Se Kiefer aposta apenas no sol como força invictus, o poema ainda que reconheça a fragilidade, a finitude, a perda da beleza da flor e com ela todo encanto, há uma janela pela qual se pode respirar (para trazer os ecos de Mario Quintana) e ver outros girassóis: a poesia que reveste todas as coisas e todos os seres nutre-se de uma necessidade quase redentora em reafirmá-los seres e coisas. E, claro, o girassol do poema finda por dialogar com aqueles de Van Gogh (“os homens que decepam orelhas são feitos por girassóis”); e, como todo bom exercício ensaístico, ainda insere o próprio Kiefer entre esses seres feitos por girassóis (“Kiefer é criado por um girassol em dengo, desses que não esquecem”) numa compreensão de que na pintura do alemão vigora por sobre todas as coisas uma espécie de memória remosa do passado, sempre em virgília: lembrar a perda para não repetir no presente o gesto trágico do passado. Nisso é o próprio poeta que se confessa coletivamente – em termos de memória “todo poeta é dado às crueldades de apagamento do sol”.
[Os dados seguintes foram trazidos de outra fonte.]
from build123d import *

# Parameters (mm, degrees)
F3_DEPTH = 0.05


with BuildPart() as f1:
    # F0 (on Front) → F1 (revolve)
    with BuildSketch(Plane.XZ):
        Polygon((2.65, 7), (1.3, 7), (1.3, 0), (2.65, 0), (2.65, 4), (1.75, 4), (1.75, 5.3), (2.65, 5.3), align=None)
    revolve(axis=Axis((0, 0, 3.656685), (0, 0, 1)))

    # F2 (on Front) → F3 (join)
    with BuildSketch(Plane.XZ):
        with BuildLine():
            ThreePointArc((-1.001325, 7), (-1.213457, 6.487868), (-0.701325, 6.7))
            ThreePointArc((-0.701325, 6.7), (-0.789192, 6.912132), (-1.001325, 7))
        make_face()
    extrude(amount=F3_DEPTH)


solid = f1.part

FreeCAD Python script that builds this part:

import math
import FreeCAD as App
import Part
import Sketcher

V = App.Vector
Q = App.Units.Quantity

doc = App.newDocument("Part")
body = doc.addObject("PartDesign::Body", "Body")

sketch1 = body.newObject("Sketcher::SketchObject", "Sketch")
sketch1.AttachmentSupport = (doc.getObject("XZ_Plane"), [""])
sketch1.MapMode = "FlatFace"
sketch1.addGeometry([
    Part.LineSegment(V(2.6, 7, 0), V(1.3, 7, 0)),
    Part.LineSegment(V(1.3, 7, 0), V(1.3, 0, 0)),
    Part.LineSegment(V(1.3, 0, 0), V(2.6, 0, 0)),
    Part.LineSegment(V(2.6, 0, 0), V(2.6, 4, 0)),
    Part.LineSegment(V(2.6, 4, 0), V(1.8, 4, 0)),
    Part.LineSegment(V(1.8, 4, 0), V(1.8, 5.3, 0)),
    Part.LineSegment(V(1.8, 5.3, 0), V(2.6, 5.3, 0)),
    Part.LineSegment(V(2.6, 5.3, 0), V(2.6, 7, 0)),
], False)
sketch1.addConstraint([
    Sketcher.Constraint("Coincident", 0, 2, 1, 1),
    Sketcher.Constraint("Coincident", 1, 2, 2, 1),
    Sketcher.Constraint("Coincident", 2, 2, 3, 1),
    Sketcher.Constraint("Coincident", 3, 2, 4, 1),
    Sketcher.Constraint("Coincident", 4, 2, 5, 1),
    Sketcher.Constraint("Coincident", 5, 2, 6, 1),
    Sketcher.Constraint("Coincident", 6, 2, 7, 1),
    Sketcher.Constraint("Coincident", 7, 2, 0, 1),
    Sketcher.Constraint("Horizontal", 0),
    Sketcher.Constraint("Vertical", 1),
    Sketcher.Constraint("Horizontal", 2),
    Sketcher.Constraint("Vertical", 3),
    Sketcher.Constraint("Horizontal", 4),
    Sketcher.Constraint("Vertical", 5),
    Sketcher.Constraint("Horizontal", 6),
    Sketcher.Constraint("Vertical", 7),
    Sketcher.Constraint("PointOnObject", 1, 2, -1),
    Sketcher.Constraint("Vertical", 3, 2, 6, 2),
    Sketcher.Constraint("DistanceY", 1, 2, 1, 1, Q("7 mm")),
    Sketcher.Constraint("DistanceY", 3, 1, 3, 2, Q("4 mm")),
    Sketcher.Constraint("DistanceX", 4, 2, 4, 1, Q("0.9 mm")),
    Sketcher.Constraint("DistanceY", 5, 1, 5, 2, Q("1.3 mm")),
    Sketcher.Constraint("DistanceX", 0, 2, 0, 1, Q("1.35 mm")),
    Sketcher.Constraint("DistanceX", -1, 1, 0, 2, Q("1.3 mm")),
])
revolution = body.newObject("PartDesign::Revolution", "Revolution")
revolution.Profile = sketch1
revolution.ReferenceAxis = (sketch1, ["V_Axis"])
revolution.Angle = 360

sketch2 = body.newObject("Sketcher::SketchObject", "Sketch001")
sketch2.AttachmentSupport = (doc.getObject("XZ_Plane"), [""])
sketch2.MapMode = "FlatFace"
sketch2.addGeometry([
    Part.ArcOfCircle(Part.Circle(V(-1, 6.7, 0), V(0, 0, 1), 0.3), math.radians(90), math.radians(360)),
    Part.ArcOfCircle(Part.Circle(V(-1, 6.7, 0), V(0, 0, 1), 0.3), math.radians(0), math.radians(90)),
], False)
sketch2.addConstraint([
    Sketcher.Constraint("Coincident", 0, 1, 1, 2),
    Sketcher.Constraint("Coincident", 1, 1, 0, 2),
    Sketcher.Constraint("Equal", 0, 1),
    Sketcher.Constraint("Horizontal", 0, 3, 1, 1),
    Sketcher.Constraint("Vertical", 1, 3, 0, 1),
    Sketcher.Constraint("Radius", 0, Q("0.3 mm")),
    Sketcher.Constraint("DistanceY", -1, 1, 0, 1, Q("7 mm")),
    Sketcher.Constraint("DistanceX", 0, 3, -1, 1, Q("1.001325 mm")),
])
pad1 = body.newObject("PartDesign::Pad", "Pad")
pad1.Profile = sketch2
pad1.Length = 0.05

doc.recompute()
Esquecimento, o poema é uma variação do mundo.



Dois poemas de Variações sobre um tema de Anselm Kiefer

As meias de Saussure

O que mais desejaria
seria calçar meias
no Saussure. Só sure
para calçar meias
cor de púrpura.
Purpurina que abarca
os céus todos com
encantos em chamas.
O mundo é feito
de noite e dia e
claro e escuro;
enquanto não for
engolido por uma
baleia.
Quando for.
Será feito de
noite e dia;
e claro e escuro
de dentro da baleia...
Talvez, assim
sejam as espinhas
de peixe cometa;
as estrelas do
mar cadência.

Como as meias
do Saussure;
que de mais
a mais servem
para esquentar
os pés.


Que os poemas nunca acabem

Quero que a poesia
morra. Tenho medo de
escrever de novo. Quero
que a poesia morra.
Porque apenas a morte
faz com que as coisas
sobrevivam. Morreu Deus.
Silêncios. Morre o
homem. Tantos deles.
Mor-
re a história. Esse tempo
que não para de passar.
Só a poesia não morre.
Não se pode fazer,
escrever, ver poesia;
mas matar, encerrar,
sepultar. Não. Isso
não. Quero que a poesia
morra. A morte fajuta
das coisas que ficam.
Não existe morte. Morte
é o atributo da memória.
Pior é o esquecimento. Esse,
nem tenho medo de
escrever.


* Este texto foi publicado pela primeira vez na revista escamandro.